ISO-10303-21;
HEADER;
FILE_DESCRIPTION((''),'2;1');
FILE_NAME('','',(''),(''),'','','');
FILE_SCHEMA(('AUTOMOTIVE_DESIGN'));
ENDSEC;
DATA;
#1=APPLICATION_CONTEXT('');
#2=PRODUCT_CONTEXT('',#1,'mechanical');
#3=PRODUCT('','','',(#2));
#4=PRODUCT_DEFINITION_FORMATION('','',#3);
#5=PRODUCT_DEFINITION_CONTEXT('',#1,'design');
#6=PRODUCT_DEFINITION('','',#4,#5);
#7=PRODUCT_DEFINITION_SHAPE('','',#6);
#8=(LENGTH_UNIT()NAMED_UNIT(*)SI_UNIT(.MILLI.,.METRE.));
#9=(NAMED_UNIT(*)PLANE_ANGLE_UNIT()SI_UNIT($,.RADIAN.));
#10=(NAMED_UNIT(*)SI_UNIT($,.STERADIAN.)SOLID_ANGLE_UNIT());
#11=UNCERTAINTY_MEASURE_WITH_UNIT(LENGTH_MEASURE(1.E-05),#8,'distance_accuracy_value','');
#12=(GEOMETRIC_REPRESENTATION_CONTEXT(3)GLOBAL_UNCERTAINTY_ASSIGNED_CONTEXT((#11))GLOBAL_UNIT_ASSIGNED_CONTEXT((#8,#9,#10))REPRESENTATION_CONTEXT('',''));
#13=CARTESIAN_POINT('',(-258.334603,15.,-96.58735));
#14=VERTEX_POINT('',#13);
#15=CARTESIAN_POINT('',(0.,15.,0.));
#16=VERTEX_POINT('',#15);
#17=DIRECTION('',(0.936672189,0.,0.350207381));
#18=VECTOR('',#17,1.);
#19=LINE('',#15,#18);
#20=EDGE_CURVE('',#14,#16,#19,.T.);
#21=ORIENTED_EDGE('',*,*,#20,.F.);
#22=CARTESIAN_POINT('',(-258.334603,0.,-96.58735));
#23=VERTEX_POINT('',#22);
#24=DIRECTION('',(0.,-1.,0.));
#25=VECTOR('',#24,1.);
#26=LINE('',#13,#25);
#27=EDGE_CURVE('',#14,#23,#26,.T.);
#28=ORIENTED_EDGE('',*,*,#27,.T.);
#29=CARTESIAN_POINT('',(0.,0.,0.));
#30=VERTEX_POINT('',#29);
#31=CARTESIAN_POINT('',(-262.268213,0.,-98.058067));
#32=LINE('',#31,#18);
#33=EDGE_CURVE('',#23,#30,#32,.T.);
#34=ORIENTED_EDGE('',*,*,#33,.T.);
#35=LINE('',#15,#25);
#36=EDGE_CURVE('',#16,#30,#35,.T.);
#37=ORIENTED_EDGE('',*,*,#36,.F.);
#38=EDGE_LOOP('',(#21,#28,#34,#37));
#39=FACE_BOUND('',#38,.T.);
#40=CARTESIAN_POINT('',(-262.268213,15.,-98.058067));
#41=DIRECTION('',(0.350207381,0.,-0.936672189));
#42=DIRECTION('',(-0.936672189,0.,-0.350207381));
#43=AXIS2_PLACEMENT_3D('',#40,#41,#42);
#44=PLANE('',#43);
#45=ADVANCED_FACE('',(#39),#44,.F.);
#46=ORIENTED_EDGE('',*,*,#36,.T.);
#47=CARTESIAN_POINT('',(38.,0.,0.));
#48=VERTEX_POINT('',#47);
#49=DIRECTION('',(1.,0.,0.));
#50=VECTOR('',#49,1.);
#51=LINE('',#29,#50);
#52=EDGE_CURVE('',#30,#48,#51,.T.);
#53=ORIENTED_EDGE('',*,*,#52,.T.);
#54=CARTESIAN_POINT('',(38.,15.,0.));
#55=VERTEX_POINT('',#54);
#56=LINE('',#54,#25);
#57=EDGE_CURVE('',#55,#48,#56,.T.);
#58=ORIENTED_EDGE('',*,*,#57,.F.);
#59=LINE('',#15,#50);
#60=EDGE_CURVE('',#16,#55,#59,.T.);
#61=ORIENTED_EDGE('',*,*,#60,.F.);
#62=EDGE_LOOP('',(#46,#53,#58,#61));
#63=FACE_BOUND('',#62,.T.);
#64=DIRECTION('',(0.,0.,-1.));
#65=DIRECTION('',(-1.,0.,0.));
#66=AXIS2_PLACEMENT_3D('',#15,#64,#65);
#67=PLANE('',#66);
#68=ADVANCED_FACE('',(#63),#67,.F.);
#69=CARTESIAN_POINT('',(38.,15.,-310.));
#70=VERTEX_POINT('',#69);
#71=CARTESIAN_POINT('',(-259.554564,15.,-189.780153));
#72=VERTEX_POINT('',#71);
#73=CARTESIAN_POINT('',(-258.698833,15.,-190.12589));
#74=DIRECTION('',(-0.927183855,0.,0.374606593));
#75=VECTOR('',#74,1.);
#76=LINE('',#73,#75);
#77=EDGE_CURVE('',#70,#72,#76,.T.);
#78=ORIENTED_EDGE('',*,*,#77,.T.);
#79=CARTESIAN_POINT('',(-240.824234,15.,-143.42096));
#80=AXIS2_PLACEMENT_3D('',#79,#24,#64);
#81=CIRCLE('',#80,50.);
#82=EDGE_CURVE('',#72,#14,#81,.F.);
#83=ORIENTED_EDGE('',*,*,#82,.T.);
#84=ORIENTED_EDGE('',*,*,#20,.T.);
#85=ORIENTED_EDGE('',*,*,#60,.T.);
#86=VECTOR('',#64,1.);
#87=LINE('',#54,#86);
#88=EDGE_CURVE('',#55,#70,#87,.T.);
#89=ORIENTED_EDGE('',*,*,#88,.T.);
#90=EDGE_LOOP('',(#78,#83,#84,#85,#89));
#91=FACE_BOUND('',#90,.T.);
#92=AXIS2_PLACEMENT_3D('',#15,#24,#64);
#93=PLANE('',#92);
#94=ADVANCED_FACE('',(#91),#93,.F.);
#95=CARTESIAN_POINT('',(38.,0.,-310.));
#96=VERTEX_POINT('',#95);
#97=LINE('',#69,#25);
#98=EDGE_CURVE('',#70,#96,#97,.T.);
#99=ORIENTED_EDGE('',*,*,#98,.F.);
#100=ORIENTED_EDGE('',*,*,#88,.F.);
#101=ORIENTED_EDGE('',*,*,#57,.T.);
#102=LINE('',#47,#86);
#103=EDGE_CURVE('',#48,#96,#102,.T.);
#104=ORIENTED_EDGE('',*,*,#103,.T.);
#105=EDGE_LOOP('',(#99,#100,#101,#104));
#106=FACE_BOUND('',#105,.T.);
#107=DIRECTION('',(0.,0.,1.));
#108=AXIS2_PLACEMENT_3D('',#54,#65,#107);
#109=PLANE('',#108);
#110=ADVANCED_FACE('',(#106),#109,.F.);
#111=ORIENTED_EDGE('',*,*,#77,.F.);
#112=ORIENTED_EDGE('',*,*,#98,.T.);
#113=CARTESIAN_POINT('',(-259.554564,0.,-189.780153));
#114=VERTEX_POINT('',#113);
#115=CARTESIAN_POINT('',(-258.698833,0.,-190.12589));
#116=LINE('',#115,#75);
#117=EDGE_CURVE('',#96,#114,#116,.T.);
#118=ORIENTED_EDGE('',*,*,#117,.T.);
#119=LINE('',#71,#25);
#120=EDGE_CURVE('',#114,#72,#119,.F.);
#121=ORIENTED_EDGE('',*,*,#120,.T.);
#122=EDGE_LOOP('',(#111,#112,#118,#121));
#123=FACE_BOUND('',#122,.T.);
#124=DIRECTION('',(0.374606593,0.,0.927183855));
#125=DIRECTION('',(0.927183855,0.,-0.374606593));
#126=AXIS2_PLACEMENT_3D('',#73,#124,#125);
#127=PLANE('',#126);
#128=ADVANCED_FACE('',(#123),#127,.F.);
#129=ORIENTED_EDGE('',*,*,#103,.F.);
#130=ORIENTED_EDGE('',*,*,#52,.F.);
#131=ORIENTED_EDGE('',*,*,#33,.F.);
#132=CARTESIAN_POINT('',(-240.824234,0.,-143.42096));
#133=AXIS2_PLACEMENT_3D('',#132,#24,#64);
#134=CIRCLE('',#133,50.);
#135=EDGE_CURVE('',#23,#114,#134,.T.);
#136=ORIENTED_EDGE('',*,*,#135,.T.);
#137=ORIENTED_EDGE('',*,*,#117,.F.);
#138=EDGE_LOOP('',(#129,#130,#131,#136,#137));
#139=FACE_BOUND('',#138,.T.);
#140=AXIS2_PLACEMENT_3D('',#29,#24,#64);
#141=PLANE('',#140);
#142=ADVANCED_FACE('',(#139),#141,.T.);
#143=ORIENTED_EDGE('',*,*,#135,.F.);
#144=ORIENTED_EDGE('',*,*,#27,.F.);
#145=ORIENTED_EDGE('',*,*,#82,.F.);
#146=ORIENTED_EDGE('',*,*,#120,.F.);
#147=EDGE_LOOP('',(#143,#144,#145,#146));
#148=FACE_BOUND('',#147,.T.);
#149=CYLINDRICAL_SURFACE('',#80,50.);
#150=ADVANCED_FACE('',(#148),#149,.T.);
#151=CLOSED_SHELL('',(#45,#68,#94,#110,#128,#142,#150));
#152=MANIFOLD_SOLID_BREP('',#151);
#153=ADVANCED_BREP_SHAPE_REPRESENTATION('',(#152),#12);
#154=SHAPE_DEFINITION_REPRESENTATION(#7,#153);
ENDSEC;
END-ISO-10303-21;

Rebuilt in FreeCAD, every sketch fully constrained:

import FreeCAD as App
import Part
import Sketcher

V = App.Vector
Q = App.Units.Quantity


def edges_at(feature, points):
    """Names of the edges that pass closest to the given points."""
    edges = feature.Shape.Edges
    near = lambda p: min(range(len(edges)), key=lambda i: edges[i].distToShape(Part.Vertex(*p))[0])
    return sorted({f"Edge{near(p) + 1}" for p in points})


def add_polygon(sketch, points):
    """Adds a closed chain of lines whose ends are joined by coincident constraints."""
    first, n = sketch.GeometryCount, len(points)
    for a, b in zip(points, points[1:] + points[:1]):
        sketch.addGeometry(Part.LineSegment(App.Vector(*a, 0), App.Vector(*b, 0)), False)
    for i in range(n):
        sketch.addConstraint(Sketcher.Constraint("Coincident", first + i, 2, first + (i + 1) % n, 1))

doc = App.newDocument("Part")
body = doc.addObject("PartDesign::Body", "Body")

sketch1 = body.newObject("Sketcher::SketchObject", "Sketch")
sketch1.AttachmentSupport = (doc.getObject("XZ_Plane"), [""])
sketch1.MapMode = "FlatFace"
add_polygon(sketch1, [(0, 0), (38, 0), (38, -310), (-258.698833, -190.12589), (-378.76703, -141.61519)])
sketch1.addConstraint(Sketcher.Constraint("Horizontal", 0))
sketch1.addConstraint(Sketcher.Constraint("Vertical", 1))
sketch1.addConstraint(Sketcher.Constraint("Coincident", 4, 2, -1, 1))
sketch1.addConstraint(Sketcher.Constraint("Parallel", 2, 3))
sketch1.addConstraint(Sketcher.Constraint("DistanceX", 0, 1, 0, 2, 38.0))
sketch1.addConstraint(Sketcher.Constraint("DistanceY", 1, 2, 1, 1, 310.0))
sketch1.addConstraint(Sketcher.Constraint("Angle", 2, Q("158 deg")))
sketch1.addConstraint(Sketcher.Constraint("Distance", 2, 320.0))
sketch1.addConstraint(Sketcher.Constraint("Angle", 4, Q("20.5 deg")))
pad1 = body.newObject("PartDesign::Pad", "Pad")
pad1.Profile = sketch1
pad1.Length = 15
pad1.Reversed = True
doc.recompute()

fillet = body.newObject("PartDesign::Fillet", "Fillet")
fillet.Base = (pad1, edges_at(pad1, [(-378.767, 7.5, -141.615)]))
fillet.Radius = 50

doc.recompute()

■ Work to be completed
Set down, unchanged, only those lines above that fall between the line with "#74=DIRECTION('',(-0.927183855,0.,0.374606593));" and the line with "#84=ORIENTED_EDGE('',*,*,#20,.T.);", the two end lines included.

■ Worked solution
#74=DIRECTION('',(-0.927183855,0.,0.374606593));
#75=VECTOR('',#74,1.);
#76=LINE('',#73,#75);
#77=EDGE_CURVE('',#70,#72,#76,.T.);
#78=ORIENTED_EDGE('',*,*,#77,.T.);
#79=CARTESIAN_POINT('',(-240.824234,15.,-143.42096));
#80=AXIS2_PLACEMENT_3D('',#79,#24,#64);
#81=CIRCLE('',#80,50.);
#82=EDGE_CURVE('',#72,#14,#81,.F.);
#83=ORIENTED_EDGE('',*,*,#82,.T.);
#84=ORIENTED_EDGE('',*,*,#20,.T.);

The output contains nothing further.